SQL - I want to Select the top 5 Volumes of Sales Per Week

Question

Im struggling to find an answer to this that has been posted so far. In SQL Server 2008 im trying Top 5 Sales per calender week. For instance a data set which would read

01/01/2014 | 50 | Item1
01/01/2014 | 40 | Item2
01/01/2014 | 30 | Item3
01/01/2014 | 20 | Item4
01/01/2014 | 10 | Item5
01/01/2014 | 5 | Item6
01/01/2014 | 2 | Item7

08/01/2014 | 50 | Item4
08/01/2014 | 40 | Item3
08/01/2014 | 30 | Item2
08/01/2014 | 20 | Item1
08/01/2014 | 10 | Item5
08/01/2014 | 5 | Item7
08/01/2014 | 2 | Item6

Would only return

01/01/2014 | 50 | Item1
01/01/2014 | 40 | Item2
01/01/2014 | 30 | Item3
01/01/2014 | 20 | Item4
01/01/2014 | 10 | Item5
08/01/2014 | 50 | Item4
08/01/2014 | 40 | Item3
08/01/2014 | 30 | Item2
08/01/2014 | 20 | Item1
08/01/2014 | 10 | Item5

At present my code is returning the top 5 out of all of the data set and seems to ignore the Week factor

Any help greatly appreciated

**edit apologies my current code results in me getting

01/01/2014 | 50 | Item1
08/01/2014 | 50 | Item4
01/01/2014 | 40 | Item2
08/01/2014 | 40 | Item3
01/01/2014 | 30 | Item3

I will give suggestions below a shot

Answer 1

declare @tab table
(
[month] date,
CustomerCode int,
ITEM varchar(20) 
)
insert into @tab
select
'01/01/2014',50 ,'Item1'
 union all 
select
'01/01/2014',40,'Item2' union all
select 
'01/01/2014',30,'Item3' union all
select 
'01/01/2014',20,'Item4' union all 
select 
'01/01/2014',10,'Item4' union all
select
'08/01/2014',50,'Item1' union all
select 
'08/01/2014',40,'Item2' union all
select 
'08/01/2014',30,'Item3' union all 
select
'08/01/2014',40,'Item4' union all
select 
'08/01/2014',10,'Item4' 

;with cte as 
(
 select DENSE_RANK() OVER(partition by  
 datepart(day, datediff(day, 0, [month])/7 * 7)/7 + 1 ORDER BY DatePart(wk, [month])) AS RN,* from @tab
),
 CTE2 AS
(
select *,ROW_NUMBER()OVER(PARTITION BY RN ORDER BY (SELECT NULL))R from cte
)

Select [month],CustomerCode,ITEM from CTE2
WHERE R < 4

Answer 2

You can use datepart to extract the week from the date, and then use rank to get the top five for each week.

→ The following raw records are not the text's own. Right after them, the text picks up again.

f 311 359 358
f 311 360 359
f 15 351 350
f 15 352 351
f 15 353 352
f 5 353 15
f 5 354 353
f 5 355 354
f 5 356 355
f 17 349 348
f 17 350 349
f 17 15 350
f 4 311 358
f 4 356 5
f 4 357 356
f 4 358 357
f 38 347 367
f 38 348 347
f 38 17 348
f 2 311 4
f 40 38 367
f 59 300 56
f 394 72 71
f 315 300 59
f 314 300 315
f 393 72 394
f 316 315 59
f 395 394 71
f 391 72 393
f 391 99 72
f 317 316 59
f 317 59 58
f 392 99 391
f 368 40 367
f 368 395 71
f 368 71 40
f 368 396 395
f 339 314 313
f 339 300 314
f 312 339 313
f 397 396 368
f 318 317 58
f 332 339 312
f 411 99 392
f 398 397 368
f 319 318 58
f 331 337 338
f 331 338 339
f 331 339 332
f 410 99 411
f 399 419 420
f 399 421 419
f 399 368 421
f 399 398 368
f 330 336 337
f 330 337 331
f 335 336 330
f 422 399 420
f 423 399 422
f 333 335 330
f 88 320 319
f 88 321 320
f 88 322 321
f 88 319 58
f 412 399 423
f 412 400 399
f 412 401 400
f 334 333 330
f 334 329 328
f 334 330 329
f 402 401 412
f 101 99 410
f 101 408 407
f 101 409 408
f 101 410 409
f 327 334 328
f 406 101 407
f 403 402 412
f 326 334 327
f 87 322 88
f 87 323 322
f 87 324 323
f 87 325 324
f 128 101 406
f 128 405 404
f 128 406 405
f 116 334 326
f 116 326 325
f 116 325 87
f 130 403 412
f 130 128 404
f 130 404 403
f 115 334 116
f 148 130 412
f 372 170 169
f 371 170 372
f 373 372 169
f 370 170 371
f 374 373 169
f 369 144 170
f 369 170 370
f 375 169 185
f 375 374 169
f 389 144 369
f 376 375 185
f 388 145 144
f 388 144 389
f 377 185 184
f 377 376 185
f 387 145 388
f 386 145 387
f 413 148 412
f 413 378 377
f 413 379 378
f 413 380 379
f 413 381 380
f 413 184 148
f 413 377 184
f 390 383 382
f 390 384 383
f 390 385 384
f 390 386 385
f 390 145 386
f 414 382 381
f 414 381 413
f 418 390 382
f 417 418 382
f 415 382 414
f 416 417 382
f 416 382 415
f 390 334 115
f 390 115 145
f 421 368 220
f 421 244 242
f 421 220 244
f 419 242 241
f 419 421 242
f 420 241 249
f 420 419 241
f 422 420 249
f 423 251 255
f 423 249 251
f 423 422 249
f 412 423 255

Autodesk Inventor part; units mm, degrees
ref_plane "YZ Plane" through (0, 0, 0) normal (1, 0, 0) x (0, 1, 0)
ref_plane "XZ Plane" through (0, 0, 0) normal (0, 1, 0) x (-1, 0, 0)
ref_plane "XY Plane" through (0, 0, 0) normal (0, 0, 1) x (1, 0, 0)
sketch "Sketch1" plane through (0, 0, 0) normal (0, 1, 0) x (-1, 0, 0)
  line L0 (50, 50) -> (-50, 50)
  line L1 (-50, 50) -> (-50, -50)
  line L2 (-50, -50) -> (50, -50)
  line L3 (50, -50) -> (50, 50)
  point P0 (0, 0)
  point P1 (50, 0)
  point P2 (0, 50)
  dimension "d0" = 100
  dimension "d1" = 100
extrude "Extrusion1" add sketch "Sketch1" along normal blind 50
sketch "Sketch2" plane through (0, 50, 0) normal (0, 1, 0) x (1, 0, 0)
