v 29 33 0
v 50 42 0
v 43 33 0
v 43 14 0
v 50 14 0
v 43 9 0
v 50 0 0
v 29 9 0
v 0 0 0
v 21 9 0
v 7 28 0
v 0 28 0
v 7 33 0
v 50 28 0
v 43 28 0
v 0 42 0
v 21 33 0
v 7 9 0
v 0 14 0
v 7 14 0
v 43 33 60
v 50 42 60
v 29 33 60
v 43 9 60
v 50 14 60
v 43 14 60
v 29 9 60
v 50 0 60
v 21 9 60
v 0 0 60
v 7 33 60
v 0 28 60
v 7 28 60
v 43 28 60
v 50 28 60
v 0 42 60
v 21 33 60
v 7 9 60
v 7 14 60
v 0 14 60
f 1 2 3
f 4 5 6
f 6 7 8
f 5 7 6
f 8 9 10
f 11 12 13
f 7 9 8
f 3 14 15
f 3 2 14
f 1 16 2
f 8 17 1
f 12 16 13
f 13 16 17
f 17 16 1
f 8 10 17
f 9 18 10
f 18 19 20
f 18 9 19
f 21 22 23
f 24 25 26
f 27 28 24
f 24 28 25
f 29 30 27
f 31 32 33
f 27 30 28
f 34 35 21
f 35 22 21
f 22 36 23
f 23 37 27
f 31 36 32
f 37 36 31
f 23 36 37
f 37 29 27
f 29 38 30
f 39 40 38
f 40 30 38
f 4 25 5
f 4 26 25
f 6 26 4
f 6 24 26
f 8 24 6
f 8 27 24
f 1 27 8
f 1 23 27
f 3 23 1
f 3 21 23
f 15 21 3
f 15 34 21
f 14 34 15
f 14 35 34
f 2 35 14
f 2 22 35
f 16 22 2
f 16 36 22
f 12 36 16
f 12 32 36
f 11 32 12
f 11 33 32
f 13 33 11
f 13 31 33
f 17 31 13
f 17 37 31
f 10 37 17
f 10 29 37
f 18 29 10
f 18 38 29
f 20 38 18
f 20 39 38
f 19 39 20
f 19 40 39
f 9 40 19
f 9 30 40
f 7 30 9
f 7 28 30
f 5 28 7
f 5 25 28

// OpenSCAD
$fn = 32;

// ----------------------------------------------------------------------
// T-slot rail: 50 x 42 mm section, 60 mm long
// ----------------------------------------------------------------------

// --- parameters (mm) ---
profile_height = 60;      // extrusion height
profile_points = 20;      // points of the closed outline

profile = [[0, 0], [50, 0], [50, 14], [43, 14], [43, 9], [29, 9], [29, 33], [43, 33], [43, 28], [50, 28], [50, 42], [0, 42], [0, 28], [7, 28], [7, 33], [21, 33], [21, 9], [7, 9], [7, 14], [0, 14]];  // single closed polygon, 20 points, counter clockwise

// --- the one profile operation ---
linear_extrude(height = profile_height) polygon(points = profile);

You did not provide column names, so I'm going to call them item_date, item_score and item_name:

SELECT item_date, item_score, item_name
FROM   (SELECT *, 
               RANK() OVER (PARTITION BY DATEPART(WEEK, item_date) 
                            ORDER BY item_score DESC) AS rk
        FROM   my_table) t
WHERE  rk <= 5

Note: "top 5" is a bit ambiguous. My solution finds the items with the top five scores each week, regardless of the number of items. If you want strictly no more than five items, you'll have to find another ordering to handle items with duplicate scores (e.g., what would you do if there are six items with the top score on one week?). In any event, in such a case, you should use row_number instead of rank.